WOODROW WILSON Y LA RUPTURA SILENCIOSA DE LA DOCTRINA MONROE

 

Cuando Estados Unidos entró en la Primera Guerra Mundial, en la primavera de 1917, lo hizo con la solemnidad de quien promete que no volverá a ocurrir. El país que llevaba casi un siglo repitiendo —a veces con convicción, a veces por pura inercia— que los asuntos europeos no eran asunto suyo cruzaba ahora el Atlántico armado hasta los dientes. Llegaba tarde, además, cuando el conflicto ya había demostrado su capacidad para triturar imperios, economías y certezas. Pero insistía en que aquello no significaba nada definitivo. No era un cambio de rumbo. Era una excepción. Grave, costosa, traumática, pero excepcional al fin y al cabo.

La escenografía importaba. Estados Unidos no entraba en la guerra como una potencia arrastrada por los acontecimientos, sino como alguien que acude porque no le queda más remedio moral. La intervención debía parecer inevitable, pero también incómoda, casi indeseada. En ese equilibrio delicado se jugaba algo más que una campaña militar: se jugaba la posibilidad de romper con una tradición diplomática de casi un siglo sin admitirlo abiertamente.

El encargado de explicar ese ejercicio de funambulismo fue Woodrow Wilson, un profesor universitario llegado a la presidencia con fama de intelectual serio y vocación pedagógica. Wilson creía que la política, como la enseñanza, consistía en explicar bien las cosas. Si se encontraba la formulación correcta, la realidad acabaría adaptándose. Sabía que estaba rompiendo algo importante, pero también sabía que no podía decirlo así. Reconocer explícitamente que Estados Unidos abandonaba su promesa histórica de no intervenir en Europa habría sido políticamente suicida. Su solución fue tan elegante como peligrosa: cambiar el significado de la guerra.

En su discurso ante el Congreso del 2 de abril de 1917 evitó cuidadosamente presentar el conflicto como lo que era —una guerra europea entre imperios industriales— y lo redefinió como una crisis moral global. Estados Unidos no entraba en guerra contra Alemania como nación, sino contra prácticas intolerables: la guerra submarina irrestricta, la violación del derecho internacional, el desprecio por los derechos de las naciones neutrales. No se trataba de banderas ni de fronteras, sino de normas básicas de convivencia.

La operación retórica era impecable. Si la guerra no era europea, la doctrina Monroe no se violaba. O, más exactamente, se violaba sin necesidad de admitirlo. Estados Unidos no intervenía en Europa; intervenía en defensa de principios universales. El desplazamiento conceptual permitía saltar por encima de la geografía y, de paso, sobrevolar una contradicción histórica incómoda.

La frase que resume toda la maniobra es conocida y ha sobrevivido mejor que la mayoría de los tratados de paz: “The world must be made safe for democracy”. El mundo, no Europa. La democracia, no el equilibrio de poder. Con una sola frase, Wilson ampliaba el escenario y elevaba el motivo. Estados Unidos dejaba de actuar como un país con intereses —que los tenía— y pasaba a presentarse como agente moral de la historia. No entraba en la guerra por conveniencia estratégica, sino por responsabilidad ética. Y, en ese marco, no intervenir dejaba de ser prudente para convertirse en irresponsable.

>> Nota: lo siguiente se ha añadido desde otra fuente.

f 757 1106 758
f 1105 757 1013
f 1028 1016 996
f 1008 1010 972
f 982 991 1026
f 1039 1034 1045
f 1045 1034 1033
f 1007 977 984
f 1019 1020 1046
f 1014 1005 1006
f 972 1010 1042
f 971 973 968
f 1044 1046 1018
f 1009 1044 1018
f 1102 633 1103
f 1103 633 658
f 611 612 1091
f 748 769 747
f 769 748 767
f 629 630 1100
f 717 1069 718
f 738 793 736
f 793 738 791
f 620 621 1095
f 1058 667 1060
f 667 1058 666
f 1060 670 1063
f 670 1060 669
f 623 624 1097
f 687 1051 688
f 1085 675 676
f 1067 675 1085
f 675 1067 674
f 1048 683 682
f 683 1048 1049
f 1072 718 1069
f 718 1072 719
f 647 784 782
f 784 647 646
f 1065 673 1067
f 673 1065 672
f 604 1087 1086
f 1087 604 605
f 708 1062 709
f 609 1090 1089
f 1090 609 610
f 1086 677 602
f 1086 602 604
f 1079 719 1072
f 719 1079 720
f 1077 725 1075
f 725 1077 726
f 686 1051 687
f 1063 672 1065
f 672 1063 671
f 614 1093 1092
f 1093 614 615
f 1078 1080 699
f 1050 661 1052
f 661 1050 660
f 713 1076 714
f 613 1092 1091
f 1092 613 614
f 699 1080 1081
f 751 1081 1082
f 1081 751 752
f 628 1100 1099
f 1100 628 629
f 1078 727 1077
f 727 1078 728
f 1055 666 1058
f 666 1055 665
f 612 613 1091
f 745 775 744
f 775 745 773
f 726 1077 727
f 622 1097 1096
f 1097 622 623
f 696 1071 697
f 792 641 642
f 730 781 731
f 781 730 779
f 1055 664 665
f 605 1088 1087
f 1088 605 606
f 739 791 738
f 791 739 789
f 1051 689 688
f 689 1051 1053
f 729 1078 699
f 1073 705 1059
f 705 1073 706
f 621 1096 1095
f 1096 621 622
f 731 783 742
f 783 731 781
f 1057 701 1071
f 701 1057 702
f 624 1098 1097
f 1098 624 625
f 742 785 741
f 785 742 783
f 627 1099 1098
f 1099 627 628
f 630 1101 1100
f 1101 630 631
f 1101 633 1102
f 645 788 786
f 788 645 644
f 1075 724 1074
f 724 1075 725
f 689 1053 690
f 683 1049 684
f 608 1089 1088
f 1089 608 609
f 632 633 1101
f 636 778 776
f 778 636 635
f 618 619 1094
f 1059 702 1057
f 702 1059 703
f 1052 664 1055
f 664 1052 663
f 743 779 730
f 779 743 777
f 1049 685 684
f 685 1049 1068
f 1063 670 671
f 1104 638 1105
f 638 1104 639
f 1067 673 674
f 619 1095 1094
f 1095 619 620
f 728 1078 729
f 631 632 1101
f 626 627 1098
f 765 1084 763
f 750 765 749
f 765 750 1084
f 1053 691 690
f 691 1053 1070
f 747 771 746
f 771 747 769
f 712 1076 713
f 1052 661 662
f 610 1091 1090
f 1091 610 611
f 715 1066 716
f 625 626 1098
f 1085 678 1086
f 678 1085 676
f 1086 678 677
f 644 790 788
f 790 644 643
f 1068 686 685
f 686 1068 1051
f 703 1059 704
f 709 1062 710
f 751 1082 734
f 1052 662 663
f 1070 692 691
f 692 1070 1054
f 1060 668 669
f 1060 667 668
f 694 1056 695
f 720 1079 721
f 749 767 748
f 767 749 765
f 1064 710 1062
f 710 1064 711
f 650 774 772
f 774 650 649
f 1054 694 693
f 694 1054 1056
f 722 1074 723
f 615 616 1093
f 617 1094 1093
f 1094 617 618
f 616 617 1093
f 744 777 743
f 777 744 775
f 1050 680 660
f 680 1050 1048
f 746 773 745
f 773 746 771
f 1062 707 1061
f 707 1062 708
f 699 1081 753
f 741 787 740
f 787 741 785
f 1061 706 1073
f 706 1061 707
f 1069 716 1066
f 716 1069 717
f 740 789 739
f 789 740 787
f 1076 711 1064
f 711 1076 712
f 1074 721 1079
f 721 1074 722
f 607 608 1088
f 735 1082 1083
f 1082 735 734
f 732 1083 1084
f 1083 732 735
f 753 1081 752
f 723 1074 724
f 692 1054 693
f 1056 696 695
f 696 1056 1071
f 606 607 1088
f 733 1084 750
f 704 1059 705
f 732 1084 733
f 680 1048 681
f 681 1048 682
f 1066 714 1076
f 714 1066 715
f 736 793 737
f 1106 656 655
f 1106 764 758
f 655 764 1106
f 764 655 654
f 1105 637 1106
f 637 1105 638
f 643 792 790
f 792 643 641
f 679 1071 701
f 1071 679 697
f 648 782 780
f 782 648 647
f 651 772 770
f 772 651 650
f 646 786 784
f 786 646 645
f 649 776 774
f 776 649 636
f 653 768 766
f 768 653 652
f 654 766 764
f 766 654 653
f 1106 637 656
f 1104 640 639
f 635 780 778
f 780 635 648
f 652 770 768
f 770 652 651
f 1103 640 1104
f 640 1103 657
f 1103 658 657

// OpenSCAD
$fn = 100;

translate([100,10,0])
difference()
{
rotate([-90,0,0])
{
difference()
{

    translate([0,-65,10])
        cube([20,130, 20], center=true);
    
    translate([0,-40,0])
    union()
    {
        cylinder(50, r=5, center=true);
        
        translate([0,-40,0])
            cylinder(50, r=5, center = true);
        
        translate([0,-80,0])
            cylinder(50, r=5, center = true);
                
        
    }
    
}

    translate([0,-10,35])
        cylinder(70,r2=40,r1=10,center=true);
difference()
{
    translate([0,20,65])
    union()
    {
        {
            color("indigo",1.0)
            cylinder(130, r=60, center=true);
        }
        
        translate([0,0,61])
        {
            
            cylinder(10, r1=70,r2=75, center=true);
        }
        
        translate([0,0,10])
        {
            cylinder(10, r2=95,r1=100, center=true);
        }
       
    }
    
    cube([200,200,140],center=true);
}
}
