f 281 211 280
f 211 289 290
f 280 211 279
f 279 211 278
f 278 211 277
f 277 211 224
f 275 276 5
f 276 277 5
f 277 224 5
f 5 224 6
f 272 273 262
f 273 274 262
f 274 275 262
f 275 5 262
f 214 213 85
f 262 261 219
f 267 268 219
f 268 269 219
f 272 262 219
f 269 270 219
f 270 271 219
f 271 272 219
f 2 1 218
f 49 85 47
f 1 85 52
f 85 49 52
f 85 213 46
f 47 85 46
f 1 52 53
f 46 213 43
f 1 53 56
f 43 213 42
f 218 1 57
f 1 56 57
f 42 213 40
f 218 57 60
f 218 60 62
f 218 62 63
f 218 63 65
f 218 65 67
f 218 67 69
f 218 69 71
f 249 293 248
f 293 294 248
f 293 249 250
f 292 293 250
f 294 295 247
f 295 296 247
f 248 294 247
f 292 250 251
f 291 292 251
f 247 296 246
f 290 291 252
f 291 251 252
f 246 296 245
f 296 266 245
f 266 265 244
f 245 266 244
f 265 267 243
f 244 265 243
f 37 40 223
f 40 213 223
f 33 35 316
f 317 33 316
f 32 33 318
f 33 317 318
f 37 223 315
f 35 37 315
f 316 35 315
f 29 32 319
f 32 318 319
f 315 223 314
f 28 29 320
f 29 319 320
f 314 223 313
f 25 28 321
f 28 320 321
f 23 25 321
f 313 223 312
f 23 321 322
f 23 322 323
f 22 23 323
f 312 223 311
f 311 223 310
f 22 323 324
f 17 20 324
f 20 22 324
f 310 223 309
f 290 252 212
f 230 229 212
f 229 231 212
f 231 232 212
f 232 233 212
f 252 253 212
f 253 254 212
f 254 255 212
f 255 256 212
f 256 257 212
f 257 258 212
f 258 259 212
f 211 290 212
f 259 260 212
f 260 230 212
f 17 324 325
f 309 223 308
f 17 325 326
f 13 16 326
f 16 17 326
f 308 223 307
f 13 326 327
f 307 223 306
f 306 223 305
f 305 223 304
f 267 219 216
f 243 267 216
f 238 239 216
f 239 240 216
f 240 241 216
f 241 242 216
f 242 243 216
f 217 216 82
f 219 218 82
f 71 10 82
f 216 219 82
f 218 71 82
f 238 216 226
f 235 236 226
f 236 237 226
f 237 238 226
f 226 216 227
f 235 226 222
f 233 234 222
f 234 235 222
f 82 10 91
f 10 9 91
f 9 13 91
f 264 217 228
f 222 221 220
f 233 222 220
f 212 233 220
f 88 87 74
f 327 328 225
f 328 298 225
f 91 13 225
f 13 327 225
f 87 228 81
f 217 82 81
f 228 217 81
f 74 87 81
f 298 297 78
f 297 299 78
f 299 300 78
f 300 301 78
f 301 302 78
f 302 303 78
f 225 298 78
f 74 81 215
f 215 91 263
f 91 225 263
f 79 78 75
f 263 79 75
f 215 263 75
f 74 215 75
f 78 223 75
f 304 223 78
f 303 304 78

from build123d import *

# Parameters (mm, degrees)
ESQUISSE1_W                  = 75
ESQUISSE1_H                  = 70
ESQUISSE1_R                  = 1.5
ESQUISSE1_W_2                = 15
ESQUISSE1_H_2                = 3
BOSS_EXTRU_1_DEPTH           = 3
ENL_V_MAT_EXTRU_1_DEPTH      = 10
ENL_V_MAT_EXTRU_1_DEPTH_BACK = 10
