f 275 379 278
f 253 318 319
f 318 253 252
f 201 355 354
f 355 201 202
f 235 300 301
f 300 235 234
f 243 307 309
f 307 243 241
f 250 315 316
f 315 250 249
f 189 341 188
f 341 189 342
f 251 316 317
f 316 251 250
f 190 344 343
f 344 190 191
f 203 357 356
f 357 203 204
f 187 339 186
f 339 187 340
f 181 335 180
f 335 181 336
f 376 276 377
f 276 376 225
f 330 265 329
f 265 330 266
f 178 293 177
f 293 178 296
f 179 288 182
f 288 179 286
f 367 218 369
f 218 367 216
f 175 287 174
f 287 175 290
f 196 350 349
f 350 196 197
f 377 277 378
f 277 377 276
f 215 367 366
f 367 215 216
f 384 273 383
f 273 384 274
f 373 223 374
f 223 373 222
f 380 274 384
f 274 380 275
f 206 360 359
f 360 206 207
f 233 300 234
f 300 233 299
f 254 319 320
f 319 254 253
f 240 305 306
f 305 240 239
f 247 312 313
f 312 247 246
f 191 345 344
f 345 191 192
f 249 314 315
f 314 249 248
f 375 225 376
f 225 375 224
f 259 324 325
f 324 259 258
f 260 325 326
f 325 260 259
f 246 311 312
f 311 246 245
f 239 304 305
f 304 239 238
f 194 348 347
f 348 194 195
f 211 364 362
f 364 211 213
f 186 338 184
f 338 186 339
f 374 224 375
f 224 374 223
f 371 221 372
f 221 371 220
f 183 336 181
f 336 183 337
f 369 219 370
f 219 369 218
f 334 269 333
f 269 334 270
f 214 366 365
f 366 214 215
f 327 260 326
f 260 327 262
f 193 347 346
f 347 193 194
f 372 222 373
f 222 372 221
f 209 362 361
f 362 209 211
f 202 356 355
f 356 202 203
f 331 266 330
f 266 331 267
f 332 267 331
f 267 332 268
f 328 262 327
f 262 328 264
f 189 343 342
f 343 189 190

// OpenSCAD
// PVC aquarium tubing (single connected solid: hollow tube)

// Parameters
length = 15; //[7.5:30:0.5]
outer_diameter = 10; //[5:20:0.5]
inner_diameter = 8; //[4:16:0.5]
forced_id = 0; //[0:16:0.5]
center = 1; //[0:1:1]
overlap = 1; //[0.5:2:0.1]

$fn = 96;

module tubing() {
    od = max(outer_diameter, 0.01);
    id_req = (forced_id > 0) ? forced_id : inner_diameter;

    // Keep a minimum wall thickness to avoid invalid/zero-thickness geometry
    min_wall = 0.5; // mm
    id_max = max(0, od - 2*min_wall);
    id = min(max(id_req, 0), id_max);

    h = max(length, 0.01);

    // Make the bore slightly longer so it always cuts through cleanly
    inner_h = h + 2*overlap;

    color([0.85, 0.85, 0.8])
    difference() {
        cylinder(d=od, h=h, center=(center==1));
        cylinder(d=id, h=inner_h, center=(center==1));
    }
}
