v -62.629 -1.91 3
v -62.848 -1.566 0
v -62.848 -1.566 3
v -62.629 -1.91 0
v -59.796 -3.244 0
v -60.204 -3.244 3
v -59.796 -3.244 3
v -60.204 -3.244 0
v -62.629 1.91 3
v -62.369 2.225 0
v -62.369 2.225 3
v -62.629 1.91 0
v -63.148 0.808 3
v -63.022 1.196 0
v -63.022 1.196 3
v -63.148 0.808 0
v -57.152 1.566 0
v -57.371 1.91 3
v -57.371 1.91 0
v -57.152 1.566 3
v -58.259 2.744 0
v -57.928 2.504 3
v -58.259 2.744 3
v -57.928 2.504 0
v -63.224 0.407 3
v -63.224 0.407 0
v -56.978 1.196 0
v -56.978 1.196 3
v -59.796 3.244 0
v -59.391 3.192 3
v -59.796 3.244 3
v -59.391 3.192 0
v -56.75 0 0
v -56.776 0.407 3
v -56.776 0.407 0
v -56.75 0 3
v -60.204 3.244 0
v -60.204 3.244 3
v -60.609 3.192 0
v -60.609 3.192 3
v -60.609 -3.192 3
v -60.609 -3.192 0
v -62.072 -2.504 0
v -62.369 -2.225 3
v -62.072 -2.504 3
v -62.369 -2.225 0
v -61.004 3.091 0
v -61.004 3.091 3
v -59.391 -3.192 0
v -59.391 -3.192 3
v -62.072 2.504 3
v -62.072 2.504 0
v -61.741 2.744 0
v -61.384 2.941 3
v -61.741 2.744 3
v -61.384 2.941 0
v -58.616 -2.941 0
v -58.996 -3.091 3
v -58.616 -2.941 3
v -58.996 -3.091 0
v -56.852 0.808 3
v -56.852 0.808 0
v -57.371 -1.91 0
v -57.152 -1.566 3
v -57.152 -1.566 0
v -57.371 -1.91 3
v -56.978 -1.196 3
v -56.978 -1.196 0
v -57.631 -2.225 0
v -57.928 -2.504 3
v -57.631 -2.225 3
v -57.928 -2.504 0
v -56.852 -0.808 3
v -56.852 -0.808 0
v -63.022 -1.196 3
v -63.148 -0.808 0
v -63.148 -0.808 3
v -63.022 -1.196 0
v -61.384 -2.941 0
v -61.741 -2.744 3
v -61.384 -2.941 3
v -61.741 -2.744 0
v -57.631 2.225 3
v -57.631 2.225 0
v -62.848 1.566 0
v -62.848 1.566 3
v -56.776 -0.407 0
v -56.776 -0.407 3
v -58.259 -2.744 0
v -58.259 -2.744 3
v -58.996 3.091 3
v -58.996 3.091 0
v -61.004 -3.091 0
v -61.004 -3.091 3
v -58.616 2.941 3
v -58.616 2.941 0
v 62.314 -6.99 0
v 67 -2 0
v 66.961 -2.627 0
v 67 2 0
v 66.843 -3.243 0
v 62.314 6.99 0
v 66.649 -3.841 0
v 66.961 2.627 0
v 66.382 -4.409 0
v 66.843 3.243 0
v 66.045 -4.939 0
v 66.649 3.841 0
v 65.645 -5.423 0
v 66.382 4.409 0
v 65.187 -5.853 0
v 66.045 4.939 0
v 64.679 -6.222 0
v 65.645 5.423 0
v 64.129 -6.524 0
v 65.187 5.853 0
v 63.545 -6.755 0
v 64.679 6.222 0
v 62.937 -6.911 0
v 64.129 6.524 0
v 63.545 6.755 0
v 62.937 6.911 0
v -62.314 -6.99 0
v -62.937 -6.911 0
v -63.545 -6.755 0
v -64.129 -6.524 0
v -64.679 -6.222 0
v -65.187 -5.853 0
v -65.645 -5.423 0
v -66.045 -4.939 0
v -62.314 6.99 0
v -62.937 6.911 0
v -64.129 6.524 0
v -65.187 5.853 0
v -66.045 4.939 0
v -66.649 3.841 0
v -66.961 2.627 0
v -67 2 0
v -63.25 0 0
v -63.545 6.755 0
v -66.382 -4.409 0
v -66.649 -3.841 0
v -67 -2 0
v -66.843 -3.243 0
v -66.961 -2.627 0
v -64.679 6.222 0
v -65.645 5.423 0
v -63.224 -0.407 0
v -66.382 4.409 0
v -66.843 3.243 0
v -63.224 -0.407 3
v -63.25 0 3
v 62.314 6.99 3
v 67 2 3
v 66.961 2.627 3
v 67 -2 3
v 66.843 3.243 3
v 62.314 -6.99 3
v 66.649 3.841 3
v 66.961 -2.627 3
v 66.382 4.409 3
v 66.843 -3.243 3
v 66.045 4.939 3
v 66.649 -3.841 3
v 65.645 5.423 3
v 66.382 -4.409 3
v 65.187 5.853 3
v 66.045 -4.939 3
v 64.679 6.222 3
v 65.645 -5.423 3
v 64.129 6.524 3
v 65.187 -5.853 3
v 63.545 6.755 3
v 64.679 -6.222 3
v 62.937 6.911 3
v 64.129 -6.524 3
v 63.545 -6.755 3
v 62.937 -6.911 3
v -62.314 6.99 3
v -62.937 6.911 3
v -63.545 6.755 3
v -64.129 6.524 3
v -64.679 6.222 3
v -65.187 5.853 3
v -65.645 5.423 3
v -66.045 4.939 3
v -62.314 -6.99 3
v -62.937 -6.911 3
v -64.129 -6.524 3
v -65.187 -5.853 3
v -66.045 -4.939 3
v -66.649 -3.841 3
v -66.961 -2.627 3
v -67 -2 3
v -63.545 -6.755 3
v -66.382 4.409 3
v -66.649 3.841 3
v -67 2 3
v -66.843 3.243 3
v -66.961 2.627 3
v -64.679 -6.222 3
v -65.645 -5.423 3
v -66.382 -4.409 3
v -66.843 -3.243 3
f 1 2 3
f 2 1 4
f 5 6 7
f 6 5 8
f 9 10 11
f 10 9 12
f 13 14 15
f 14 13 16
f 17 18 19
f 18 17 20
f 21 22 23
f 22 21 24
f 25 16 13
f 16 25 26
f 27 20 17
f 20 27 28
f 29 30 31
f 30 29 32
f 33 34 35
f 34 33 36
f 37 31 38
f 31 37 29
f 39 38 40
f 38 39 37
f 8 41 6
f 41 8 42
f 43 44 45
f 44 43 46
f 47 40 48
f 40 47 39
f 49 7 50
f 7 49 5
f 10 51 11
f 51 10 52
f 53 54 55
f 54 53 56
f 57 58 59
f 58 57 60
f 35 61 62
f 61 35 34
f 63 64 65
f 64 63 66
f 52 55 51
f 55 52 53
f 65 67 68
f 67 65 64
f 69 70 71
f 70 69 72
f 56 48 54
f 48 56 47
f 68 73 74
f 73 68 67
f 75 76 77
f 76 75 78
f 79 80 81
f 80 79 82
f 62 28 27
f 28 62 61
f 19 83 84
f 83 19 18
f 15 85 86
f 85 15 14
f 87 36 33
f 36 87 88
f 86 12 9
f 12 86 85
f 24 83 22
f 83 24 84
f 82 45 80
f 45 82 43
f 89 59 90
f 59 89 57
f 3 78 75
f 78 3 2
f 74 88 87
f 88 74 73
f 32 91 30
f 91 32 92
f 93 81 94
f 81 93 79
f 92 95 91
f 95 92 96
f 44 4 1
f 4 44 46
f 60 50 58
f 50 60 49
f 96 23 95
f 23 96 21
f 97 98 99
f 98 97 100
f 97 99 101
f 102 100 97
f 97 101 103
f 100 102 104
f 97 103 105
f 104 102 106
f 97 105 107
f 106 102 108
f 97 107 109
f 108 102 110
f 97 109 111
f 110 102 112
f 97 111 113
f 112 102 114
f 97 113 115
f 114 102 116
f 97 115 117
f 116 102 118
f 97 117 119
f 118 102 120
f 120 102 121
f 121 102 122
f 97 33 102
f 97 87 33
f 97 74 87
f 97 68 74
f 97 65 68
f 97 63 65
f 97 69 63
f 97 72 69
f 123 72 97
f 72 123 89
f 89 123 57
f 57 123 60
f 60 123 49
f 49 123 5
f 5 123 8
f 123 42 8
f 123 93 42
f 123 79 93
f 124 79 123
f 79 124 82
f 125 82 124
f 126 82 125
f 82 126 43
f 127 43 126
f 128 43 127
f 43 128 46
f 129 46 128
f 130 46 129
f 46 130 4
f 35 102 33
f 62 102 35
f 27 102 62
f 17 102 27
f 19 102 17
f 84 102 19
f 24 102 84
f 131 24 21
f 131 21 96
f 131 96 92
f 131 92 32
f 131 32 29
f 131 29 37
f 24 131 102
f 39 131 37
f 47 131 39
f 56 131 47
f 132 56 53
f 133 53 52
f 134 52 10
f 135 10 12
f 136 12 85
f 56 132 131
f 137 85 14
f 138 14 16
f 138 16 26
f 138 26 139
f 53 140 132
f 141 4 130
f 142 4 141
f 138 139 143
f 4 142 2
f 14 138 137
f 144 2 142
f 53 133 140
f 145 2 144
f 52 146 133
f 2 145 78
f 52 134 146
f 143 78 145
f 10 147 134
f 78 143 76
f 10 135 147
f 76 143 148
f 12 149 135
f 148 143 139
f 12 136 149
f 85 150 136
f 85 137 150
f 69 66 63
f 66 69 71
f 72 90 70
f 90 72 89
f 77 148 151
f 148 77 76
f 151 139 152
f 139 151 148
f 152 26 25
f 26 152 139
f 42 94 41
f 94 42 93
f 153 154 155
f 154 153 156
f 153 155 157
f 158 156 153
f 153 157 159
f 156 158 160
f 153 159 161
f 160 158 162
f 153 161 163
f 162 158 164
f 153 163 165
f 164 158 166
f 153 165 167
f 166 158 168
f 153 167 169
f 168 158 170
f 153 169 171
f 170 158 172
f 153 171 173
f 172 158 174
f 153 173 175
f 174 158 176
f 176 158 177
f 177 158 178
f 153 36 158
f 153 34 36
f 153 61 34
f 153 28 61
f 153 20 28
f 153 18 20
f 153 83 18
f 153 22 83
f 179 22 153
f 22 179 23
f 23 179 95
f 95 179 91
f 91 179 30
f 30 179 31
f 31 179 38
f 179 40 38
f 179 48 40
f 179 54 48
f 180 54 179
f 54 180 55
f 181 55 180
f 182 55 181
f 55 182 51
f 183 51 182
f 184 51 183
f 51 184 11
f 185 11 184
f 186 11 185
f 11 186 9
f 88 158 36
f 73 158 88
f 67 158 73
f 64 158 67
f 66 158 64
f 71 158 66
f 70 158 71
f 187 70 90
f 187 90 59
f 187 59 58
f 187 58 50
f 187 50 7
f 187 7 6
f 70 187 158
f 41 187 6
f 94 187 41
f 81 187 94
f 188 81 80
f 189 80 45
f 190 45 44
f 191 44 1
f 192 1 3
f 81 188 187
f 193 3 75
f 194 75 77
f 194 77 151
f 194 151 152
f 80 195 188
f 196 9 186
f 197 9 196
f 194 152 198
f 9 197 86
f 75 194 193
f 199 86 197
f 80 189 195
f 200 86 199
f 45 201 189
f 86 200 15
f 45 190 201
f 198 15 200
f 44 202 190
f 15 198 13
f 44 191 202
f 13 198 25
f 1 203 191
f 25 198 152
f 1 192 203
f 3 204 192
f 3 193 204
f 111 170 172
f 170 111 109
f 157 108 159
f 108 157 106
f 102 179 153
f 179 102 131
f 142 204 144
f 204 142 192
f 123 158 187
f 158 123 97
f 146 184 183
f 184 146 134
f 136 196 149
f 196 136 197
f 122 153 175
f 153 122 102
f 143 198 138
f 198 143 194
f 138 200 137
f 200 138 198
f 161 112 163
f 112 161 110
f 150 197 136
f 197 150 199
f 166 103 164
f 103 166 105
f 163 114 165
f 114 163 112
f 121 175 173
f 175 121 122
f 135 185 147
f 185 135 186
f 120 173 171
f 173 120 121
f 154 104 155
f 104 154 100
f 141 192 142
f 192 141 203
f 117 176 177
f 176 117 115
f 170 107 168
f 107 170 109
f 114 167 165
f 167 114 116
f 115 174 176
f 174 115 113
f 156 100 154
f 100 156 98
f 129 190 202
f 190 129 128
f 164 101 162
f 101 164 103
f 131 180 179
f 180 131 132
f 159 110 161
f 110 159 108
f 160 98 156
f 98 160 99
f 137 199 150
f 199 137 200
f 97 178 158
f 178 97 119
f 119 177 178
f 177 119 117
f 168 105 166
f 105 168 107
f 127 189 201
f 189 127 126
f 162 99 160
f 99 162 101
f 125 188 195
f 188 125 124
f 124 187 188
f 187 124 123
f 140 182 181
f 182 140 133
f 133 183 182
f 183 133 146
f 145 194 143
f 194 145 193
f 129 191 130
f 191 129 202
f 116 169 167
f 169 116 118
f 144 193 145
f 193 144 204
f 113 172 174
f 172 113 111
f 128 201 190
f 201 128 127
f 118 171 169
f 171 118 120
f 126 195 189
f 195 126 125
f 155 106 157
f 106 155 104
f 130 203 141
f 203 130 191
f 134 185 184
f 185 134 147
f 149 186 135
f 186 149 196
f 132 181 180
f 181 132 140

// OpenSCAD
$fn = 50;


difference() {
	union() {
		hull() {
			translate(v = [-62.0000000000, 2.0000000000, 0]) {
				cylinder(h = 3, r = 5);
			}
			translate(v = [62.0000000000, 2.0000000000, 0]) {
				cylinder(h = 3, r = 5);
			}
			translate(v = [-62.0000000000, -2.0000000000, 0]) {
				cylinder(h = 3, r = 5);
			}
			translate(v = [62.0000000000, -2.0000000000, 0]) {
				cylinder(h = 3, r = 5);
			}
		}
	}
	union() {
		translate(v = [-60.0000000000, 0.0000000000, 0]) {
			cylinder(h = 3, r = 3.2500000000);
		}
		translate(v = [-60.0000000000, 0.0000000000, 0]) {
			cylinder(h = 3, r = 1.8000000000);
		}
		translate(v = [-60.0000000000, 0.0000000000, 0]) {
			cylinder(h = 3, r = 1.8000000000);
		}
		translate(v = [-60.0000000000, 0.0000000000, 0]) {
			cylinder(h = 3, r = 1.8000000000);
		}
	}
}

La jugada tenía varias ventajas. Neutralizaba buena parte del aislacionismo interno, siempre receloso cuando se trata de enviar soldados al extranjero. Desactivaba la acusación de imperialismo, palabra incómoda para una república que se pensaba a sí misma como antítesis de los viejos imperios europeos. Y, sobre todo, permitía romper con la tradición sin reconocer explícitamente la ruptura. Estados Unidos no traicionaba sus principios: los reinterpretaba a una escala superior.

Wilson nunca declaró muerta la doctrina Monroe. No hizo falta. Simplemente dejó de hablar de ella. La promesa de no intervención en Europa se evaporó sin ruido, sustituida por una retórica más ambiciosa, más abstracta y mucho más flexible. Era una solución perfecta para un problema inmediato, pero tenía un defecto grave: no incluía fecha de caducidad. Si Estados Unidos podía intervenir cuando estaban en juego principios universales, ¿cuándo dejarían de estarlo? ¿Qué conflicto futuro no podría presentarse como una amenaza para la democracia, la paz o el orden internacional?

Tras el final de la guerra, Estados Unidos pareció replegarse. El Senado rechazó la entrada en la Sociedad de Naciones, el país se refugió en la palabra “normalidad” y el aislacionismo volvió a sonar respetable. Durante un tiempo, pudo parecer que la intervención de 1917 había sido, efectivamente, un paréntesis. Pero era una ilusión tranquilizadora. El país ya había aprendido algo decisivo: que podía intervenir lejos, movilizar recursos colosales, influir en el desenlace de una guerra continental y regresar a casa sin que el sistema político colapsara.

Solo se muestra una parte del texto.